1. Light with a wavelength of 500 nm is incident on sodium, which has a work function of 2.28 eV. Determine the maximum kinetic energy of the ejected photoelectron.
Given data:
\[ \nu = \frac{c}{\lambda} \]
\[ \nu = \frac{3.00 \times 10^8}{500 \times 10^{-9}} \]
\[ \nu = 6.00 \times 10^{14} \text{ Hz} \]
\[ E = h\nu \]
\[ E = (6.626 \times 10^{-34} \times 6.00 \times 10^{14}) \]
\[ E = 3.976 \times 10^{-19} \text{ J} \]
Converting to electron volts:
\[ E = \frac{3.976 \times 10^{-19}}{1.602 \times 10^{-19}} \]
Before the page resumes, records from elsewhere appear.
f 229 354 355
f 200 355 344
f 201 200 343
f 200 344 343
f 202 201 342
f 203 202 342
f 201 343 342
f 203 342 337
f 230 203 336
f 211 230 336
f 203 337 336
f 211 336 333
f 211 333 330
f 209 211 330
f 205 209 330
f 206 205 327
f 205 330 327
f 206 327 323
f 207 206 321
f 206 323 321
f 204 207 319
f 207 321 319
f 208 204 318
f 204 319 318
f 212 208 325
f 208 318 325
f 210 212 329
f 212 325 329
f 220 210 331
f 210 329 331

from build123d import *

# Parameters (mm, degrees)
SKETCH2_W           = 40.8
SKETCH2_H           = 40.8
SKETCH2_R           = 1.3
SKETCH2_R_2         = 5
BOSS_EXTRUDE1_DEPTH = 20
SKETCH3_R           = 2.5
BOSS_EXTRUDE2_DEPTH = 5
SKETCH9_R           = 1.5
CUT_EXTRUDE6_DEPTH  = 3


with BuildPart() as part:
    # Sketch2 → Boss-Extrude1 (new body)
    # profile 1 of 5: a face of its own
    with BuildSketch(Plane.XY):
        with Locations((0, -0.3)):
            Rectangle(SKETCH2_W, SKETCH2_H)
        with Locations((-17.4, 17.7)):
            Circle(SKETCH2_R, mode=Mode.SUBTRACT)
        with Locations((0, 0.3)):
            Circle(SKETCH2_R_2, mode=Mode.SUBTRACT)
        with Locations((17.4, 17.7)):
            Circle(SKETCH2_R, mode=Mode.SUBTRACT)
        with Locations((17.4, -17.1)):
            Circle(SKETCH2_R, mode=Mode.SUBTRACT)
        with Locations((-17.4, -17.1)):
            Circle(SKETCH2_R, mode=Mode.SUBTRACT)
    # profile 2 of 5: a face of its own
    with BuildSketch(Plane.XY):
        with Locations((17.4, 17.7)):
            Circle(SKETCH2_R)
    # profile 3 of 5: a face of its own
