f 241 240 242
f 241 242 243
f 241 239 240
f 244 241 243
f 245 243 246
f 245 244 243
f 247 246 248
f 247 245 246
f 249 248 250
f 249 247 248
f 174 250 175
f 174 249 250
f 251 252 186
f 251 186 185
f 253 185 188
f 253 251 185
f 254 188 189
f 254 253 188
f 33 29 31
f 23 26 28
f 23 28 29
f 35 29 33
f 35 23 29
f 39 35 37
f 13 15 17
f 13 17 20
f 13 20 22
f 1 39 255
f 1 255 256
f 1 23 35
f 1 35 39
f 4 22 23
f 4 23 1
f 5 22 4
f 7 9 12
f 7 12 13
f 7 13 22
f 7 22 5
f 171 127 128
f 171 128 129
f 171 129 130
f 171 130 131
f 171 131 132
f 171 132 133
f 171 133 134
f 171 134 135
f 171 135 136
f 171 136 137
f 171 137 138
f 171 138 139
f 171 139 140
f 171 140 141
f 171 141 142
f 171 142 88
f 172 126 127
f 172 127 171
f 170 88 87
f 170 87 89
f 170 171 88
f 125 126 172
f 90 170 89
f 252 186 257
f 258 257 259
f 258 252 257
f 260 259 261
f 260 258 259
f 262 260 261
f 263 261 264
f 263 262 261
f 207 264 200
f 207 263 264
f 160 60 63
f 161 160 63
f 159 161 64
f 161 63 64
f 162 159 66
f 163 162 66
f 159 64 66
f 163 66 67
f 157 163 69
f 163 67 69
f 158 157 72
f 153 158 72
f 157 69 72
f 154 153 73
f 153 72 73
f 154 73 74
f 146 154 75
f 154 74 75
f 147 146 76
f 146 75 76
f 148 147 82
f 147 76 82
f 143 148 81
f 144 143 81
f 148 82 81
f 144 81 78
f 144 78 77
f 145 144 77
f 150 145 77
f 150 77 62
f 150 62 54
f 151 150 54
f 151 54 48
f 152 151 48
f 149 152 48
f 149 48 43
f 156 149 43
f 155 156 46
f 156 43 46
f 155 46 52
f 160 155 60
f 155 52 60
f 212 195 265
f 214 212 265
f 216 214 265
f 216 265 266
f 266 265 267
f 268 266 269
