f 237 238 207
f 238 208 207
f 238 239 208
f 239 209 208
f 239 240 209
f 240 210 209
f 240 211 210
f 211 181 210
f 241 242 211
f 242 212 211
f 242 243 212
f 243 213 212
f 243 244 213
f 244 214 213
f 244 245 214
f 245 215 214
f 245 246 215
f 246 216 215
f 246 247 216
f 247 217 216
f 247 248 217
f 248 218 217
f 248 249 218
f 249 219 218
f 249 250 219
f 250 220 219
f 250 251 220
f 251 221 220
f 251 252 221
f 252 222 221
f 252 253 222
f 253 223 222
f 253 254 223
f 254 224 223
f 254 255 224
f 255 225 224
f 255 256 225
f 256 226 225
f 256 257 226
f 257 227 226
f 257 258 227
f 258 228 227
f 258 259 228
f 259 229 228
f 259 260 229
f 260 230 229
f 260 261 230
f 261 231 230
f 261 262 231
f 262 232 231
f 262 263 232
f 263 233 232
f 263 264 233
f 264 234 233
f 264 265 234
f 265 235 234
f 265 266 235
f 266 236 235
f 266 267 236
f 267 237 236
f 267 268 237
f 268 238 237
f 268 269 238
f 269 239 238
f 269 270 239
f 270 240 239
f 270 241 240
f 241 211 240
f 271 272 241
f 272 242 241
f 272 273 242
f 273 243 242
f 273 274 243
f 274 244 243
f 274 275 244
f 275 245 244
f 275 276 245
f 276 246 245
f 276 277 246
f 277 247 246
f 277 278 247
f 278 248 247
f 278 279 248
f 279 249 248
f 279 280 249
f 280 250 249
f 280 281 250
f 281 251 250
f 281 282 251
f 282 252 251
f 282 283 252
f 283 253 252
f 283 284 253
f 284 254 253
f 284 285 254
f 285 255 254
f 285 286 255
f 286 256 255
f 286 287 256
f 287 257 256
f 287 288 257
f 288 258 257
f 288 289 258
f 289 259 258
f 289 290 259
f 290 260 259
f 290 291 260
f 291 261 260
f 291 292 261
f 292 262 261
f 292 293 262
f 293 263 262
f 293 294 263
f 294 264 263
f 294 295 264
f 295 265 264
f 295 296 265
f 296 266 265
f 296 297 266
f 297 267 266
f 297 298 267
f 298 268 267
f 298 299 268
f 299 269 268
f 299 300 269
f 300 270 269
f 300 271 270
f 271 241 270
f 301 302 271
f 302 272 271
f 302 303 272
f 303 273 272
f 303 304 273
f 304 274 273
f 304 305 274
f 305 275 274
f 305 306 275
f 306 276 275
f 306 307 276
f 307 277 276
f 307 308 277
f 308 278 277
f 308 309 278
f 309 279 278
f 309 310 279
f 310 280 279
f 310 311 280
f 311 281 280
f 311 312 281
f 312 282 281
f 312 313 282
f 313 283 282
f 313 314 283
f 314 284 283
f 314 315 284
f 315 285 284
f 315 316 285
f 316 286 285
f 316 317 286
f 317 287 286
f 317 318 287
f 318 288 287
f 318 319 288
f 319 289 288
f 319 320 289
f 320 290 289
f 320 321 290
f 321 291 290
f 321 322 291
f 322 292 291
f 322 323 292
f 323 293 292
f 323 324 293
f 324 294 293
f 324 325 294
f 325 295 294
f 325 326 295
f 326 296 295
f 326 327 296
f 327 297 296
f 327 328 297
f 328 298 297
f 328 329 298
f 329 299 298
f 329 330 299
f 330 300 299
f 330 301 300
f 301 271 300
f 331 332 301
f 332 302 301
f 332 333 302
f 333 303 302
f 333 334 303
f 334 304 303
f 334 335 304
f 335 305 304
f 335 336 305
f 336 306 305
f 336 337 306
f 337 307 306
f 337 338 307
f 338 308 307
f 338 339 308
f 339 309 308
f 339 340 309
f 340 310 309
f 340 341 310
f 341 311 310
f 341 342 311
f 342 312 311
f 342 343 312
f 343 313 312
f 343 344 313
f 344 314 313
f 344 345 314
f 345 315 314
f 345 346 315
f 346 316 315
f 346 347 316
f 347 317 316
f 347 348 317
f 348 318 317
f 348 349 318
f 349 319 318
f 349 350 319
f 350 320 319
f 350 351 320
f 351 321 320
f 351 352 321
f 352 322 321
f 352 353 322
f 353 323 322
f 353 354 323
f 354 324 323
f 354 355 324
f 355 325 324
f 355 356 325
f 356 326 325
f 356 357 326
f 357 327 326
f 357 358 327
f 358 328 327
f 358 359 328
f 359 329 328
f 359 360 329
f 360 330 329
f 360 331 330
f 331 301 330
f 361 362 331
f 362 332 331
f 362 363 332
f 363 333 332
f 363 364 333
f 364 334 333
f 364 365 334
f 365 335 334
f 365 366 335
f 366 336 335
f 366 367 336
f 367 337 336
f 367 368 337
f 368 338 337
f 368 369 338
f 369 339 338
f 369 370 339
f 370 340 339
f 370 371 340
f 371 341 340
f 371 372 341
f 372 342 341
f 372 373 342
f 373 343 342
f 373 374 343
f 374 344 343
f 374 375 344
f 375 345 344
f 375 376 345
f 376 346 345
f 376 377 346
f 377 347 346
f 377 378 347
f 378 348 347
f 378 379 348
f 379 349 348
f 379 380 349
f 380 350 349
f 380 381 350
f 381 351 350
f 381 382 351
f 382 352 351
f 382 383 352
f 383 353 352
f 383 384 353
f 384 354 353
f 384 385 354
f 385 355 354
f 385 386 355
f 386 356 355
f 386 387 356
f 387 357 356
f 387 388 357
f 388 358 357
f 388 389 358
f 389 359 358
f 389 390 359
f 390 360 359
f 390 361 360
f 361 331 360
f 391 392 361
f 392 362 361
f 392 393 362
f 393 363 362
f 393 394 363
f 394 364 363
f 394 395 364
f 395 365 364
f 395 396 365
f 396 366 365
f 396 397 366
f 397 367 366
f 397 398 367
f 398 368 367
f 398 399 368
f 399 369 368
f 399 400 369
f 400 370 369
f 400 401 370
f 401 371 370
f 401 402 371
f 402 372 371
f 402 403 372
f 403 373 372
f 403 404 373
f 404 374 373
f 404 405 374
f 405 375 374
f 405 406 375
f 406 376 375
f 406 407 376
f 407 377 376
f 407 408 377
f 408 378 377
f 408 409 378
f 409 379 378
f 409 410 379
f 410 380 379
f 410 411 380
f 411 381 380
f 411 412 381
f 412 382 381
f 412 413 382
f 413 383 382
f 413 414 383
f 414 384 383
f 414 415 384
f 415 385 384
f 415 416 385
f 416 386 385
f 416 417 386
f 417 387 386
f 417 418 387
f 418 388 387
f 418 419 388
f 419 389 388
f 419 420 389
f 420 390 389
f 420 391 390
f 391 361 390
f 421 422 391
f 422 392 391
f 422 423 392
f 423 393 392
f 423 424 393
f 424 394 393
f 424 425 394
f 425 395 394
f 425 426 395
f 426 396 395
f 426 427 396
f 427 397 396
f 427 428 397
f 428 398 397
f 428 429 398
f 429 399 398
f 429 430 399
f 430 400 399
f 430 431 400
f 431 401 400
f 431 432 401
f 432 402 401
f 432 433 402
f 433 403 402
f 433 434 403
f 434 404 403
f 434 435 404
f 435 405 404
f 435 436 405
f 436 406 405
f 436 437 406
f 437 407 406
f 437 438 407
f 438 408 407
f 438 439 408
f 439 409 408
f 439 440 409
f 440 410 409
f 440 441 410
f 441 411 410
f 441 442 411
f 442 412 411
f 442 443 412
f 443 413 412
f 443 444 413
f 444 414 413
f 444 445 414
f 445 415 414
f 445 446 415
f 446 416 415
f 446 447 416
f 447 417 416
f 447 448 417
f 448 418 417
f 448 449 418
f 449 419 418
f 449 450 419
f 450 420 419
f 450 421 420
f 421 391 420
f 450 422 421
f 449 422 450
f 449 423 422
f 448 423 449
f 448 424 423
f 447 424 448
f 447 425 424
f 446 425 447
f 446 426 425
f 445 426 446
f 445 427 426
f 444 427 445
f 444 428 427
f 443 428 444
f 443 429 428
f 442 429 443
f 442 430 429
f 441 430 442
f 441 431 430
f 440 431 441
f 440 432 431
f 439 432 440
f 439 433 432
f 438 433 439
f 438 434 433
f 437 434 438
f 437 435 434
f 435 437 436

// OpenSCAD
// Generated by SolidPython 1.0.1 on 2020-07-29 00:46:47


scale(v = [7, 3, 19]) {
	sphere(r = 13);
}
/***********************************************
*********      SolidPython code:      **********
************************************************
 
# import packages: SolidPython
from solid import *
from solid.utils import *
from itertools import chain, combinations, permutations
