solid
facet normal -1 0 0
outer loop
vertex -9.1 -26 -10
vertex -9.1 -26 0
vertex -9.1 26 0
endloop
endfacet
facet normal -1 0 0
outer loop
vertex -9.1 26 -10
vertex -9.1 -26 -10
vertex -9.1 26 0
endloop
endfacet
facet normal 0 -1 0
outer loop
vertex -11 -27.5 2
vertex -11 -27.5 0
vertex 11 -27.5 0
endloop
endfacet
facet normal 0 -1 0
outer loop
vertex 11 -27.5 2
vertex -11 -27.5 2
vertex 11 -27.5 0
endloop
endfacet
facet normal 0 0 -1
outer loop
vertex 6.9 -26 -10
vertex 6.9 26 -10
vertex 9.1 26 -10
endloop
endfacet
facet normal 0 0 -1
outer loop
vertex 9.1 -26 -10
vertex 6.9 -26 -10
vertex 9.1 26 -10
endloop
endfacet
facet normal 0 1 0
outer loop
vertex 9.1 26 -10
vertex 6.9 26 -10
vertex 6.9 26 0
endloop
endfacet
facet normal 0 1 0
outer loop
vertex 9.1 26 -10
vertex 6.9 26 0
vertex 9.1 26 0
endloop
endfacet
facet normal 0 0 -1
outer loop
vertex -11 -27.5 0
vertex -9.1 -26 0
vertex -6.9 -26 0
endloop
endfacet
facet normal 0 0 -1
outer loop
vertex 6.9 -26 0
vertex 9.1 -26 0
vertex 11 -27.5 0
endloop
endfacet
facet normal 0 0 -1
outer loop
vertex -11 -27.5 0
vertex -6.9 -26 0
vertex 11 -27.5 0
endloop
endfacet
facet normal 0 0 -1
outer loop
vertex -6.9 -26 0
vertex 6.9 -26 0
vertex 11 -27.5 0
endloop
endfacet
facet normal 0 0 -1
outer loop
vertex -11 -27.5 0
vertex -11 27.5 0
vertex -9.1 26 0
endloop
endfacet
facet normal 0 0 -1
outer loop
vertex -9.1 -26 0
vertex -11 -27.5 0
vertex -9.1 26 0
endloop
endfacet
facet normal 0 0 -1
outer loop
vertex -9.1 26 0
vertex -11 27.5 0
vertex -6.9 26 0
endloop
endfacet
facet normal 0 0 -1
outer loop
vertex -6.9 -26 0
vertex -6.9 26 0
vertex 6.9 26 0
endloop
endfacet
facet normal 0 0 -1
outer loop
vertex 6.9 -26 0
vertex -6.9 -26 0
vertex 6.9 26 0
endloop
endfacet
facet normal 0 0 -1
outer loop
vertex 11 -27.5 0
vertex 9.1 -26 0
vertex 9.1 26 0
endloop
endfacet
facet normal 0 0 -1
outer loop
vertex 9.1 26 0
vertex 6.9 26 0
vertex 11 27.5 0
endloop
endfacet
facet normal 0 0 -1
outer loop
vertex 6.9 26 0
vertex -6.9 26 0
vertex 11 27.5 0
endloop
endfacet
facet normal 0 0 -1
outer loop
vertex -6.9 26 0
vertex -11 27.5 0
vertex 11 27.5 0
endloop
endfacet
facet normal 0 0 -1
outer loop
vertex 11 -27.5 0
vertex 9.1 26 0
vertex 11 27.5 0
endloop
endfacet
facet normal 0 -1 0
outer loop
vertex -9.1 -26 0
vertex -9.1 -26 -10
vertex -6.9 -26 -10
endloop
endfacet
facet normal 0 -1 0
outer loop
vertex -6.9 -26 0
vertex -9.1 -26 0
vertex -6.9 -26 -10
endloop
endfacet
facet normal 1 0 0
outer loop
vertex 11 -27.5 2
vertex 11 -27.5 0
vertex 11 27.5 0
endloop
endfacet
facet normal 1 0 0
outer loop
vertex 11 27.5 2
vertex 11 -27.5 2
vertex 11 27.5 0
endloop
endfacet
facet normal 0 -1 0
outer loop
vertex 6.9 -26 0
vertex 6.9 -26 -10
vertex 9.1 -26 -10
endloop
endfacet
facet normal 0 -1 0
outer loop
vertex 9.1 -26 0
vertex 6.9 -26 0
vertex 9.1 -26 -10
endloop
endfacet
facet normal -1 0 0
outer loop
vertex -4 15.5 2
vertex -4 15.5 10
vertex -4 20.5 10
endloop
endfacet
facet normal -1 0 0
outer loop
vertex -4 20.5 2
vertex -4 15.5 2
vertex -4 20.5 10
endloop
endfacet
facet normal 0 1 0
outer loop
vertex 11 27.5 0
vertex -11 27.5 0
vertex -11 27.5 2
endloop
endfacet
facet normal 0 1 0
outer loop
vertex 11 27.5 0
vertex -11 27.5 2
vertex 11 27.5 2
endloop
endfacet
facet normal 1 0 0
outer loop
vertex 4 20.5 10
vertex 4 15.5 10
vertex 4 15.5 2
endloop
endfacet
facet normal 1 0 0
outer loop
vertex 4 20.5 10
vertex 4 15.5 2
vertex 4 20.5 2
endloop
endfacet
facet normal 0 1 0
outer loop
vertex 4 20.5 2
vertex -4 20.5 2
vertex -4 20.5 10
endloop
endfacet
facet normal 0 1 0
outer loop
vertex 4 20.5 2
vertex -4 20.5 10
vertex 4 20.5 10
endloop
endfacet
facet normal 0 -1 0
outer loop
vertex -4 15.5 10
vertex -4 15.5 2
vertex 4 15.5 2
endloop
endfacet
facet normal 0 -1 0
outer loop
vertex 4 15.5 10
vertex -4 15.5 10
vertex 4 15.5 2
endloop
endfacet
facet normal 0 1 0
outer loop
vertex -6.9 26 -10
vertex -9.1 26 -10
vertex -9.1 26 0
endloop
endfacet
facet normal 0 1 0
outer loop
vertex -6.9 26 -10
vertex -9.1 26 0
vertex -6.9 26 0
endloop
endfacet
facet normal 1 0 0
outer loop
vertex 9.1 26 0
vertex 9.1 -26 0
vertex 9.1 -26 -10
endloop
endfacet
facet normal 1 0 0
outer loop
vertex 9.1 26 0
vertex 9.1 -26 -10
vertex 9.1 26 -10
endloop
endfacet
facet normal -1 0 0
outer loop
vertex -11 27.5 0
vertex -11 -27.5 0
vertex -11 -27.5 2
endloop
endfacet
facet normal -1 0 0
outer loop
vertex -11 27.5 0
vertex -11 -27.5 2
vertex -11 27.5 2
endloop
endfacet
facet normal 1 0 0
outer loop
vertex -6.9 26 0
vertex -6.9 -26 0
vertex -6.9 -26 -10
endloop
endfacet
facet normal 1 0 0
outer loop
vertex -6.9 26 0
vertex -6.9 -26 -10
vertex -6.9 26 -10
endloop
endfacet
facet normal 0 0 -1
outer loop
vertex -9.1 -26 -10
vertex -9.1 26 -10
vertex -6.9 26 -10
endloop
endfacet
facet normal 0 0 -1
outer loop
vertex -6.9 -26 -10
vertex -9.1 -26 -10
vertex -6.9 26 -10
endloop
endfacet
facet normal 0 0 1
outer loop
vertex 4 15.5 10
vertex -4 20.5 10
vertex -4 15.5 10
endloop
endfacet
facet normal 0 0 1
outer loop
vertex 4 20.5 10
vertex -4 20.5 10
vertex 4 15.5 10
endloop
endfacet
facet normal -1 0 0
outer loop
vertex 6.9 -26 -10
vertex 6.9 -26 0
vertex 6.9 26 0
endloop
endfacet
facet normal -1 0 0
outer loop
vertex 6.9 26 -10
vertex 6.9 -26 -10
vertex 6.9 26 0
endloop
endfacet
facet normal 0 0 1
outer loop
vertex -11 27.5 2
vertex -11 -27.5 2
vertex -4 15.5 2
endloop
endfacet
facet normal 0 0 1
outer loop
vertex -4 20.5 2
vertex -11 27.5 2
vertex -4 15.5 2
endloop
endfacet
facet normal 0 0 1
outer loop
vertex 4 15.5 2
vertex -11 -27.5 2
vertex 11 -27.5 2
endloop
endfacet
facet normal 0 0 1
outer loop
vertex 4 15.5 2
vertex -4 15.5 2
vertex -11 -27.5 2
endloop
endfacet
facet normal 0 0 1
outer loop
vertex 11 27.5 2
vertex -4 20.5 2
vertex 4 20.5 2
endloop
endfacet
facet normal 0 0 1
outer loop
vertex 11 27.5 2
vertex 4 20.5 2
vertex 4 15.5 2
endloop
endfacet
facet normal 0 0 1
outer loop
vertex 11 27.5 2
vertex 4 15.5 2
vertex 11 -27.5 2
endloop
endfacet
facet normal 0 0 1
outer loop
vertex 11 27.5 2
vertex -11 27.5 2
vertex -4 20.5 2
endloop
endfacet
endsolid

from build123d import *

# Parameters (mm, degrees)
SKETCH_1_W      = 22
SKETCH_1_H      = 55
EXTRUDE_1_DEPTH = 2
SKETCH_2_W      = 2.2
SKETCH_2_H      = 52
EXTRUDE_2_DEPTH = 10
SKETCH_4_W      = 8
SKETCH_4_H      = 5
EXTRUDE_3_DEPTH = 8


with BuildPart() as part:
    # 草图1 → 凸台-拉伸1 (new body)
    with BuildSketch(Plane.XY):
        Rectangle(SKETCH_1_W, SKETCH_1_H)
    extrude(amount=EXTRUDE_1_DEPTH)

    # 草图2 → 凸台-拉伸2 (add)
    with BuildSketch(Plane.XY):
        with Locations((8, 0)):
            Rectangle(SKETCH_2_W, SKETCH_2_H)
        with Locations((-8, 0)):
            Rectangle(SKETCH_2_W, SKETCH_2_H)
    extrude(amount=-EXTRUDE_2_DEPTH)

    # 草图4 → 凸台-拉伸3 (add)
    with BuildSketch(Plane.XY.offset(2)):
        with Locations((0, 18)):
            Rectangle(SKETCH_4_W, SKETCH_4_H)
    extrude(amount=EXTRUDE_3_DEPTH)


solid = part.part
\[ E \approx 2.48 \text{ eV} \]
\[ KE_{\text{max}} = E - \phi \]
\[ KE_{\text{max}} = 2.48 - 2.28 \]
\[ KE_{\text{max}} = 0.20 \text{ eV} \]
2. Given a metal with a work function of 6.63 eV, calculate its threshold wavelength.
Given data:
\[ \phi = 6.63 \times 1.602 \times 10^{-19} \]
\[ \phi = 1.062 \times 10^{-18} \text{ J} \]
\[ \lambda_0 = \frac{hc}{\phi} \]
\[ \lambda_0 = \frac{(6.626 \times 10^{-34}) (3.00 \times 10^8)}{1.062 \times 10^{-18}} \]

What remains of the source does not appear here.